When one has children he needs to relax and come down all the time, and therefore the dosis of punkrock in my life has diminuished to a near zero level. So the music that sounds most at home is folk. Old folk (Pentangle, Nick Drake, my god, even Peter Paul and Mary sometimes) and new folk (Devendra Banhart etc. ). And new fold is the genre for my album of the year: Tiny Ruins - Brightly Painted One . Tiny ruins is the project of New Zealand songwriter Hollie Fullbrook. With “Brightly Painted One” she made an album that gave me the shivers, the starting track “Me at the museum, you in the wintergardens” should get a remake as a movie. As most of the best music in life, it’s the simple stuff, the three or four chords, the five or six notes from the violin or the organ, and the little bit of silence here and there, that make the difference. “Brightly Painted One” contains it all. I have been listening to this album at home while having dinner, at work, during travel and asleep and it never failed on me. Go and buy this album. 

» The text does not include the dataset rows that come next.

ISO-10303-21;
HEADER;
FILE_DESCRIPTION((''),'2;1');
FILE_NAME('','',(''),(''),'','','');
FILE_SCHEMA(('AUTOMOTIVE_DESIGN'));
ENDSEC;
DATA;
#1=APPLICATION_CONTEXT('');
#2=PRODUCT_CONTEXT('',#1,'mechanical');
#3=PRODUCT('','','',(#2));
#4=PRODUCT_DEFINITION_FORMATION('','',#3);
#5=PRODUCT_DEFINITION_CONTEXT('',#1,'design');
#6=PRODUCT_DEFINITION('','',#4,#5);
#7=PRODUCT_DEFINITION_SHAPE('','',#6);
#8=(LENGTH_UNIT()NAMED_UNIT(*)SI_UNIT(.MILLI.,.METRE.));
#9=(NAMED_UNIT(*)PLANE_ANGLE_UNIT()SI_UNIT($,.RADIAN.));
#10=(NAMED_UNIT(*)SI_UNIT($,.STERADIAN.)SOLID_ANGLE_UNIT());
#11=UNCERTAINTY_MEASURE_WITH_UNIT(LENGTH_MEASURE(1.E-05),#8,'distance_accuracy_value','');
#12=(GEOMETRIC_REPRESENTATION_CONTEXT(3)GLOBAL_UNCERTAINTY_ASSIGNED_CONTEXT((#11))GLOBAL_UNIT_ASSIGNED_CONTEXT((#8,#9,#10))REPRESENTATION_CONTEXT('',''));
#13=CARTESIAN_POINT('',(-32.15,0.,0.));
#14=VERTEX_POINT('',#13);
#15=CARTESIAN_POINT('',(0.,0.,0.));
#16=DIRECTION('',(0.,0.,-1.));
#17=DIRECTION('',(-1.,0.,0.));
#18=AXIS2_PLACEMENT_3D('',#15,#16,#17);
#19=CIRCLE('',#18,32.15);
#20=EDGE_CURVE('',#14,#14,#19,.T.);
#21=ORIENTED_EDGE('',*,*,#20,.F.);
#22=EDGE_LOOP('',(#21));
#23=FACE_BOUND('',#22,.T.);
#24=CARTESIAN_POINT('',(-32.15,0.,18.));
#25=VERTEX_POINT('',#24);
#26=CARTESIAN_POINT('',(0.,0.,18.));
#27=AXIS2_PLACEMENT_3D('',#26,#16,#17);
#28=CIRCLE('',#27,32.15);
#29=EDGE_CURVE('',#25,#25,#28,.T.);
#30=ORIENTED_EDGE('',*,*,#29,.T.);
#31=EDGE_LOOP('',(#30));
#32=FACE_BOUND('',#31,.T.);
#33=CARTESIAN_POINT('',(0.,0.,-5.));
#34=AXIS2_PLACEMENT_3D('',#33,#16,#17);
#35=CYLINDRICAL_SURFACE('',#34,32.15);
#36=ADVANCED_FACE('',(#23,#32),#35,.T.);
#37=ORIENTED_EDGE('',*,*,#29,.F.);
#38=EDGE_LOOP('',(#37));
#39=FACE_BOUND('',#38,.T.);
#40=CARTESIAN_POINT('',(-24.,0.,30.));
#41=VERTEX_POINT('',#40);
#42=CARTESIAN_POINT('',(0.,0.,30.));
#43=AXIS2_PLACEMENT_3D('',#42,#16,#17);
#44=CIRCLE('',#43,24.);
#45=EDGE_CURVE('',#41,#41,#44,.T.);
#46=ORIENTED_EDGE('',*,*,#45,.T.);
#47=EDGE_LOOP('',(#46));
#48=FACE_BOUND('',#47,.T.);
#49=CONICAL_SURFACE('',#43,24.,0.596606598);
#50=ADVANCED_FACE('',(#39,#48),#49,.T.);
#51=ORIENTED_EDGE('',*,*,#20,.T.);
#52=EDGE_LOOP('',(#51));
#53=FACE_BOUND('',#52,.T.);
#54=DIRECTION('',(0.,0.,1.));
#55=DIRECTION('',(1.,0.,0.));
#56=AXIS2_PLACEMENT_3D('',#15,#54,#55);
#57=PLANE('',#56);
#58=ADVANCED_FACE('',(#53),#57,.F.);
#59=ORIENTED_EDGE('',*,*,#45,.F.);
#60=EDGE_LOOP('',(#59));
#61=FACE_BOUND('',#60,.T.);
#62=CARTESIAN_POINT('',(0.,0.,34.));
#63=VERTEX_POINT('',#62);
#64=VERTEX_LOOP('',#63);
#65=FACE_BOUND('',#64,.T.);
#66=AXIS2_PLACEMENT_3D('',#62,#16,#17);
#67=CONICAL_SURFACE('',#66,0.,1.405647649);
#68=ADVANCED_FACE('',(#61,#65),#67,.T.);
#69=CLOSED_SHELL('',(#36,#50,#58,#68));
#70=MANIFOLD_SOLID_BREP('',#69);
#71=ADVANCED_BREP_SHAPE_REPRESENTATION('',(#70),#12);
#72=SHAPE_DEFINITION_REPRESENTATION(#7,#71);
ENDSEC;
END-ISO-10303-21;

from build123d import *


with BuildPart() as part:
    # Revolve profile 1 → Revolve 1 (revolve)
    with BuildSketch(Plane(origin=(0, 0, 0), x_dir=(1, 0, 0), z_dir=(0, 1, 0)), mode=Mode.PRIVATE) as revolve_1_sk:
        Polygon((0, -34), (0, 0), (32.15, 0), (32.15, -18), (24, -30), align=None)
    revolve(revolve_1_sk.sketch.rotate(Axis((0, 0, -5), (0, 0, 1)), 180), axis=Axis((0, 0, -5), (0, 0, 1)))


solid = part.part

But the most mindblwoing thing was this one: Catalan singer Silvia Perez Cruz and producer Refree published an album called “Granada”. She is probably the best contemporary singer in the world, he is an underrated guitarist. Both work together since a couple of years. I had first heard them together with a version of “Gallo Rojo Gallo Negro”  by Chicho Sanchez Ferloso that they had produced for the sampler “Fundacion Robo” (https://esunrobo.bandcamp.com/track/gallo-rojo-gallo-negro). Their now published album is mostly only guitar and voice, but every song has a very different attitude, arrangement, tonality, language. It made me cry. Literally. This is one of those albums that make you think that it’s not necessary to produce any other music anymore, it has now been done, completed, finished off. Probably no one will understand (but my wife). but this is it. Music. This is why music exists. It’s the most intense and abstract way of communication, of transferring emotions from on to the other. This album is taking it all, from the Kunstlied, to the folksong, from psychedelia to traditional, and back again, from noise to rock to the song that your mother sang to you to make you sleep. Whow.